Traditionally, health care professionals think Lean Six Sigma, a system for removing waste and identifying and correcting problems, is just a tool for manufacturing and not applicable to our industry. I see it differently. Perhaps it was my early background in manufacturing operations. But now that I'm in a leadership role at Florida Cancer Specialists & Research Institute, the largest privately owned oncology practice in America, I'm fascinated with solving problems and improving broken processes throughout our operations.
And the principles of Lean Six Sigma, which I learned early in my career to improve manufacturing operations, have become a guiding leadership philosophy for me.
Health care and manufacturing have many similarities. In health care, we have inventory; we have messy workspaces; we need to optimize the downtime with our key drivers of revenue; and we move people through complex care sites that rely on many people and processes to operate effectively, both independently and together. If these processes are not effectively operated, we will create problems.

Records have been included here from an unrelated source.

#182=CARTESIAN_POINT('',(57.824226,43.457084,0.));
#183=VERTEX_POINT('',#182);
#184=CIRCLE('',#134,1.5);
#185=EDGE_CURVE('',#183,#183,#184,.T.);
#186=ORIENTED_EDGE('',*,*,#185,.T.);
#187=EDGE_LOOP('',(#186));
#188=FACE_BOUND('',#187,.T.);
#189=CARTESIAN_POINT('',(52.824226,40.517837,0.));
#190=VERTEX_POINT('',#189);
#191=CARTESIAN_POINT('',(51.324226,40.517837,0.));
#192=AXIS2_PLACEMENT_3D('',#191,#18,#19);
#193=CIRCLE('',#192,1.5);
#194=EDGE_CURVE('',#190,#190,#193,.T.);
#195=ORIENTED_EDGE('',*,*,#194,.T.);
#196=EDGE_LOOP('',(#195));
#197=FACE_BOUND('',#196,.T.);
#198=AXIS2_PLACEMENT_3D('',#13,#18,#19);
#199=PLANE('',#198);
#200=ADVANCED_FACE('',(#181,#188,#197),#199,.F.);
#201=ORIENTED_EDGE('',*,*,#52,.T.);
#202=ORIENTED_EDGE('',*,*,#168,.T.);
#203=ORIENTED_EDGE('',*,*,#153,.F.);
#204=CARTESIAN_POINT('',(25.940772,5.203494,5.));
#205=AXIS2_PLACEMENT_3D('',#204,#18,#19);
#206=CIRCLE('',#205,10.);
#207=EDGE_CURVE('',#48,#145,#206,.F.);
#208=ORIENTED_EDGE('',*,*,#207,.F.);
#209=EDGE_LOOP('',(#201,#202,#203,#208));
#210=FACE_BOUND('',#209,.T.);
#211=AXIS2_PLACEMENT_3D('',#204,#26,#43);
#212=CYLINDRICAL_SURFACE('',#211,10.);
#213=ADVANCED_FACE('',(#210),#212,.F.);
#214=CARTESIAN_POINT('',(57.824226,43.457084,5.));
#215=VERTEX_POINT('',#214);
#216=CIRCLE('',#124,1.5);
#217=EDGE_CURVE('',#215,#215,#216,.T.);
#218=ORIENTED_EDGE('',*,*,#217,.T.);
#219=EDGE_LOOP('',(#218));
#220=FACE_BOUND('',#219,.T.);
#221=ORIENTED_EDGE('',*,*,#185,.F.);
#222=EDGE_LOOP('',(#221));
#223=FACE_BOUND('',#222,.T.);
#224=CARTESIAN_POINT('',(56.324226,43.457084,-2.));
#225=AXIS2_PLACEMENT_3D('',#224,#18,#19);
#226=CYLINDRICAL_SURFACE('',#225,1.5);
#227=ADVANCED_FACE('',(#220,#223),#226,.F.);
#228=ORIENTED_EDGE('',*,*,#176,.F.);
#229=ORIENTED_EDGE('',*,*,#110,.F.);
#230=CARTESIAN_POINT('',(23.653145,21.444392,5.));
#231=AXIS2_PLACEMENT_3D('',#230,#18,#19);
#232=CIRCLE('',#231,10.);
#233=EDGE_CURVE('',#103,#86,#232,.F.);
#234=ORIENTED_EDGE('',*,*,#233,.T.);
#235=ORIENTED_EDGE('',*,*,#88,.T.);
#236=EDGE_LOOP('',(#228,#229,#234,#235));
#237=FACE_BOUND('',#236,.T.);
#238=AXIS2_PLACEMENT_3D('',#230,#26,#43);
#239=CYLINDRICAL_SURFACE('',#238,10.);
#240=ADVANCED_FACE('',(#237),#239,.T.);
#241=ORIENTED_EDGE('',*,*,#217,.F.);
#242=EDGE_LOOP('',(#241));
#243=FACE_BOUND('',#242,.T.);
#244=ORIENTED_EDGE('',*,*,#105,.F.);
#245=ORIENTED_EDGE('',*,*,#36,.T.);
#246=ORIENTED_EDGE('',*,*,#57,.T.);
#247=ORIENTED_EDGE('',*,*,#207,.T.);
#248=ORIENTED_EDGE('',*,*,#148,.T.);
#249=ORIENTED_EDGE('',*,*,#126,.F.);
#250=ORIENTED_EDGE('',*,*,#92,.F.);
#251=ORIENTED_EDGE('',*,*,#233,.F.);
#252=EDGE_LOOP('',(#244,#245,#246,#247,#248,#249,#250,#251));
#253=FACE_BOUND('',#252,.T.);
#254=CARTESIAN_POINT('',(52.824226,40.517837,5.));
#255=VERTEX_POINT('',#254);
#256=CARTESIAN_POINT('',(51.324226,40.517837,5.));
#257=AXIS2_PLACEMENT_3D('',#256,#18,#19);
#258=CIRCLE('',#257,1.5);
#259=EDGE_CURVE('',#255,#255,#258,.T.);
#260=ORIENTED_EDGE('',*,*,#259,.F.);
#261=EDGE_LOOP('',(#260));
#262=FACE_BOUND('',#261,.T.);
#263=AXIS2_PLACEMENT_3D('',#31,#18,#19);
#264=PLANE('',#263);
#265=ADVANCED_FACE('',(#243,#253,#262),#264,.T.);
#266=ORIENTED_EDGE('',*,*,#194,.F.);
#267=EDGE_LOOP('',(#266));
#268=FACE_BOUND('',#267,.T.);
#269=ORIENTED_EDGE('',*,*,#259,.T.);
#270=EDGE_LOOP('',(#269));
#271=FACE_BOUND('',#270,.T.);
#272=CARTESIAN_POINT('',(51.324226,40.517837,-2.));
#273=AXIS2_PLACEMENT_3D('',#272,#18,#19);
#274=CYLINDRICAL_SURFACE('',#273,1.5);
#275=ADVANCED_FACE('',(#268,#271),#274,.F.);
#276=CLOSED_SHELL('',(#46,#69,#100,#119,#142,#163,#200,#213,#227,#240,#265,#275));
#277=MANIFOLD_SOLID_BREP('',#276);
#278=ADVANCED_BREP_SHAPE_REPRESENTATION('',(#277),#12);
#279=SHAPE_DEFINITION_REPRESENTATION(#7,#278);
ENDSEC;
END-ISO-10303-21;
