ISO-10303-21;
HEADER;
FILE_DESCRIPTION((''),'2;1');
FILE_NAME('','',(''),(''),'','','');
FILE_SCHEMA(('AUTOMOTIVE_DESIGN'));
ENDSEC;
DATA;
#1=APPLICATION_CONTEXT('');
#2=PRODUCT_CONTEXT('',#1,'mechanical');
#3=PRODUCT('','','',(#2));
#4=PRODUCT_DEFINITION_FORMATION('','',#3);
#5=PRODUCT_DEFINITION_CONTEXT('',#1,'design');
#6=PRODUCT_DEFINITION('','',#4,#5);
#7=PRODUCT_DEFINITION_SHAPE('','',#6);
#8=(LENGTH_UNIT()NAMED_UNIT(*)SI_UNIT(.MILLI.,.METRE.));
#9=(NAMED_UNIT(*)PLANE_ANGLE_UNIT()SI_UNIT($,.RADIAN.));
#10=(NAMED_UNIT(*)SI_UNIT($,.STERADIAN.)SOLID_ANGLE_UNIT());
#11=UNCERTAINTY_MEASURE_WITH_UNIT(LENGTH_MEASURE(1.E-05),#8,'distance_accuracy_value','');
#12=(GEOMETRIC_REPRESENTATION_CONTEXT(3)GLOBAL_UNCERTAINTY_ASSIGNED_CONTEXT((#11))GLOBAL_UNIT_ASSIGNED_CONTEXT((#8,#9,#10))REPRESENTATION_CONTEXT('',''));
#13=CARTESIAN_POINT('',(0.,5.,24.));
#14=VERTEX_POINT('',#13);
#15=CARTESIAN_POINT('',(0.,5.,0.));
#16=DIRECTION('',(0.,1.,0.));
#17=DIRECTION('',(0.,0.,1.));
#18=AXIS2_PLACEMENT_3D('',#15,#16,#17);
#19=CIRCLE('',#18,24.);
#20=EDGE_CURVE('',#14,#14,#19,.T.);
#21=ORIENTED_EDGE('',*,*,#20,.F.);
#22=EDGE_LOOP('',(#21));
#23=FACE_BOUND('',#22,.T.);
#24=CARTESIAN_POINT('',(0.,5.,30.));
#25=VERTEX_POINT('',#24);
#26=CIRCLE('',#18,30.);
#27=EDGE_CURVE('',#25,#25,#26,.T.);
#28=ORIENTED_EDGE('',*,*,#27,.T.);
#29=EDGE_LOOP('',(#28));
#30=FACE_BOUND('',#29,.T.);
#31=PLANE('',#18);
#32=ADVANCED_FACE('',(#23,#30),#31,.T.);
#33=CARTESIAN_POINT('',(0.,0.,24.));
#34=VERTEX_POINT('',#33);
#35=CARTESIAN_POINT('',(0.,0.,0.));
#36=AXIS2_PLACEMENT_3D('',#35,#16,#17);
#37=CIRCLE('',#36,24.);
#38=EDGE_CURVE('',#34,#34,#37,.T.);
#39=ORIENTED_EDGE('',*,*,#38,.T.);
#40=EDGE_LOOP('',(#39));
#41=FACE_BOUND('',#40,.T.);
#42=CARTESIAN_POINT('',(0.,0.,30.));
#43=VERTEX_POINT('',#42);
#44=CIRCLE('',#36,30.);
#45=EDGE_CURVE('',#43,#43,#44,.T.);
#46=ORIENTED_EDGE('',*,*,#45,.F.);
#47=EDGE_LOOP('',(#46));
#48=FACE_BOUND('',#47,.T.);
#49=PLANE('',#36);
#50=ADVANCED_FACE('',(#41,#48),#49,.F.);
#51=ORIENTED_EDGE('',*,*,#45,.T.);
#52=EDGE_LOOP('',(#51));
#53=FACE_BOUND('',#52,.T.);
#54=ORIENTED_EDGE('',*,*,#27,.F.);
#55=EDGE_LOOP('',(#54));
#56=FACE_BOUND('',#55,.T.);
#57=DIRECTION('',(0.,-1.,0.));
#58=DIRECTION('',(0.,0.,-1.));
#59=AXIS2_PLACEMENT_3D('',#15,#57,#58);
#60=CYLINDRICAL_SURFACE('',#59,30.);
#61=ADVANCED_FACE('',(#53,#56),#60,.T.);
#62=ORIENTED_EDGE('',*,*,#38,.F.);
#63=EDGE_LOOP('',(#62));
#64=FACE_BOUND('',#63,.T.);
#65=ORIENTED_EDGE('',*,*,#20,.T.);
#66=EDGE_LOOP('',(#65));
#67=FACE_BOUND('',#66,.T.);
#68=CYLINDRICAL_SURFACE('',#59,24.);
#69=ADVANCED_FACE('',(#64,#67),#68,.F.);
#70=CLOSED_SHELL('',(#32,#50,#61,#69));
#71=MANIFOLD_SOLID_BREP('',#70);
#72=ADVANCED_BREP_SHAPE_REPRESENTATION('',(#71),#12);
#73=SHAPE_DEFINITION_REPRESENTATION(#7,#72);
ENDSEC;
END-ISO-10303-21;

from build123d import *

# Parameters (mm, degrees)
SKETCH1_R           = 30
SKETCH1_R_2         = 24
BOSS_EXTRUDE1_DEPTH = 5


with BuildPart() as part:
    # Sketch1 → Boss-Extrude1 (new body)
    with BuildSketch(Plane(origin=(0, 0, 0), x_dir=(1, 0, 0), z_dir=(0, 1, 0))):
        with Locations(Location((0, 0, 0), (0, 0, 270))):
            Circle(SKETCH1_R)
        with Locations(Location((0, 0, 0), (0, 0, 270))):
            Circle(SKETCH1_R_2, mode=Mode.SUBTRACT)
    extrude(amount=BOSS_EXTRUDE1_DEPTH)


solid = part.part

And to improve the patient experience, these problems will need resolving.
For example, at Florida Cancer Specialists & Research Institute, we examine patient wait times very seriously — and strive to find the underlying factors that create longer wait times so that we can find the best solutions. Moving faster through patient encounters makes logical sense, but it doesn't work for patients or providers. The real solution isn't to move faster, it's to move smarter.

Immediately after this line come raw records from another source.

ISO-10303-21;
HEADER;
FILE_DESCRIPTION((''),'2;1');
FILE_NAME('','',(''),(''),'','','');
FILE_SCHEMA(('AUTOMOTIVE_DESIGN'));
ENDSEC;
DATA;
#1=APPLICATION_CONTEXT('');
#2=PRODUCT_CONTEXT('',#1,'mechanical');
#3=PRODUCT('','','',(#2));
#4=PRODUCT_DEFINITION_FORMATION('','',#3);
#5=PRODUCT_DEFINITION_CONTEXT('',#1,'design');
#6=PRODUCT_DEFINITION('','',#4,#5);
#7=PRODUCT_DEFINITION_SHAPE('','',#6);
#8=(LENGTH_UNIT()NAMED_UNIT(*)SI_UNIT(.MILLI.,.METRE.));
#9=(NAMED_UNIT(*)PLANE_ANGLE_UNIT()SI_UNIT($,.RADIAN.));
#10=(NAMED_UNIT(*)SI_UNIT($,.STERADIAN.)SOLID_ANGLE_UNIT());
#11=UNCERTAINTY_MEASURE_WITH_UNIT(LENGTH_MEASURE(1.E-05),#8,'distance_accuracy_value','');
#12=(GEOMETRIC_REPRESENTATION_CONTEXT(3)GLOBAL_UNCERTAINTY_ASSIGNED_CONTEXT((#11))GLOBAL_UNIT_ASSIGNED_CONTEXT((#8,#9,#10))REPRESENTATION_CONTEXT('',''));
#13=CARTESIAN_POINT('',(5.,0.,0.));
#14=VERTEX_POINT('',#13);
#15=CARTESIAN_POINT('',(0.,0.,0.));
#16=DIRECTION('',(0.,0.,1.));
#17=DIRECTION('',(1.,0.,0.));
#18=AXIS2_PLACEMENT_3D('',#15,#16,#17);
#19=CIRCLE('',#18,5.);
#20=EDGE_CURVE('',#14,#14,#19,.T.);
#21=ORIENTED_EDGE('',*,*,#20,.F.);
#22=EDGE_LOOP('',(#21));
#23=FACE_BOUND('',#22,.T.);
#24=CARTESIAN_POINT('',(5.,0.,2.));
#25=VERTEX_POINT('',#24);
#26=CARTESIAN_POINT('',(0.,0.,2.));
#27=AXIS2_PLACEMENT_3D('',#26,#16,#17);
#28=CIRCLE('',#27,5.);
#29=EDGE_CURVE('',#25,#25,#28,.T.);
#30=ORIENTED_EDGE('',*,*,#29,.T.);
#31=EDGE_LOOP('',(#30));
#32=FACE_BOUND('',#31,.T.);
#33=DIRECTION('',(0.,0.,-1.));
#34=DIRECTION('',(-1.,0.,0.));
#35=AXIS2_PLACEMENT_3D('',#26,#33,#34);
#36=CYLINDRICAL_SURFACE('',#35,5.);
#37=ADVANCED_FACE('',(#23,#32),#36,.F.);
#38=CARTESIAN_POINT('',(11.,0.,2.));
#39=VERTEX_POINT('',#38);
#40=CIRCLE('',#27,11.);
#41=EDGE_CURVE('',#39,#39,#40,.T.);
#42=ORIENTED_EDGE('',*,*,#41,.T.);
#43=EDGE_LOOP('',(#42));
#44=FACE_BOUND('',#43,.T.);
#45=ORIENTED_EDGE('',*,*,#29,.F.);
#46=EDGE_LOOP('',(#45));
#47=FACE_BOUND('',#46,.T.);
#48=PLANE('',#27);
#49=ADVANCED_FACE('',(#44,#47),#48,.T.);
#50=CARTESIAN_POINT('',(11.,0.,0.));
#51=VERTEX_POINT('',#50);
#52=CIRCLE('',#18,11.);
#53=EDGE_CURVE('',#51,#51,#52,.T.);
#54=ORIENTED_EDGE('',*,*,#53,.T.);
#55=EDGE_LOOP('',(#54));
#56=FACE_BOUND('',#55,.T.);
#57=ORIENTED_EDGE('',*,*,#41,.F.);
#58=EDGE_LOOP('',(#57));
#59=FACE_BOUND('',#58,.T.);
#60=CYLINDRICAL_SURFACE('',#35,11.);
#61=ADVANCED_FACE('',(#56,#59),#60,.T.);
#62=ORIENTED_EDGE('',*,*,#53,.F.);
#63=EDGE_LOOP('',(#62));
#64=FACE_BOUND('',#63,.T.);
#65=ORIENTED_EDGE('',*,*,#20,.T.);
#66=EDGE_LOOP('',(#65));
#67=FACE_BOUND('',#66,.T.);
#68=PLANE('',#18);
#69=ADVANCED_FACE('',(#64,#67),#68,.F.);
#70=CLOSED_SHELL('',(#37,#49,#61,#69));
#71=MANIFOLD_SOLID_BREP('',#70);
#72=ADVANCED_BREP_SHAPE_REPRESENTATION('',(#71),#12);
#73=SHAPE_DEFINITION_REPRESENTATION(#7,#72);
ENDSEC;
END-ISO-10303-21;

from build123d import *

# Parameters (mm, degrees)
SKETCH1_R           = 11
SKETCH1_R_2         = 5
BOSS_EXTRUDE1_DEPTH = 2


with BuildPart() as part:
    # Sketch1 → Boss-Extrude1 (new body)
    with BuildSketch(Plane.XY):
        Circle(SKETCH1_R)
        Circle(SKETCH1_R_2, mode=Mode.SUBTRACT)
    extrude(amount=BOSS_EXTRUDE1_DEPTH)


solid = part.part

As it turns out, cancer centers tend to be especially busy from 10 a.m. to 2 p.m., and specific days of the week are correspondingly busy. Traditionally, we are very busy on Tuesday and continue to get busier throughout the week — until there's a sudden, dramatic drop-off on Friday. In order to move smarter, we first need to balance out appointments Monday through Friday to deliver a more predictable experience for both patients and providers. After that, we can begin to even the patient load throughout each day.
“The real solution isn’t to move faster, it’s to move smarter.”
As we balance schedules vertically, we can deliver a consistent and predictable experience for our patients. That balancing, though, is based on the capacity to treat patients. You can have 15 patients show up in a given time slot, but if you have only two lab chairs, you will create bottlenecks in your process. You can do one of three things: add chairs, add employees, or better manage the patient flow.
Making these changes either solves the problem or creates a new bottleneck in the care delivery workflow. Being able to understand all the pieces in the care delivery chain is akin to moving inventory through a manufacturing plant. Small variables — such as having only two chairs available — can add up and result in a large impact on our patients.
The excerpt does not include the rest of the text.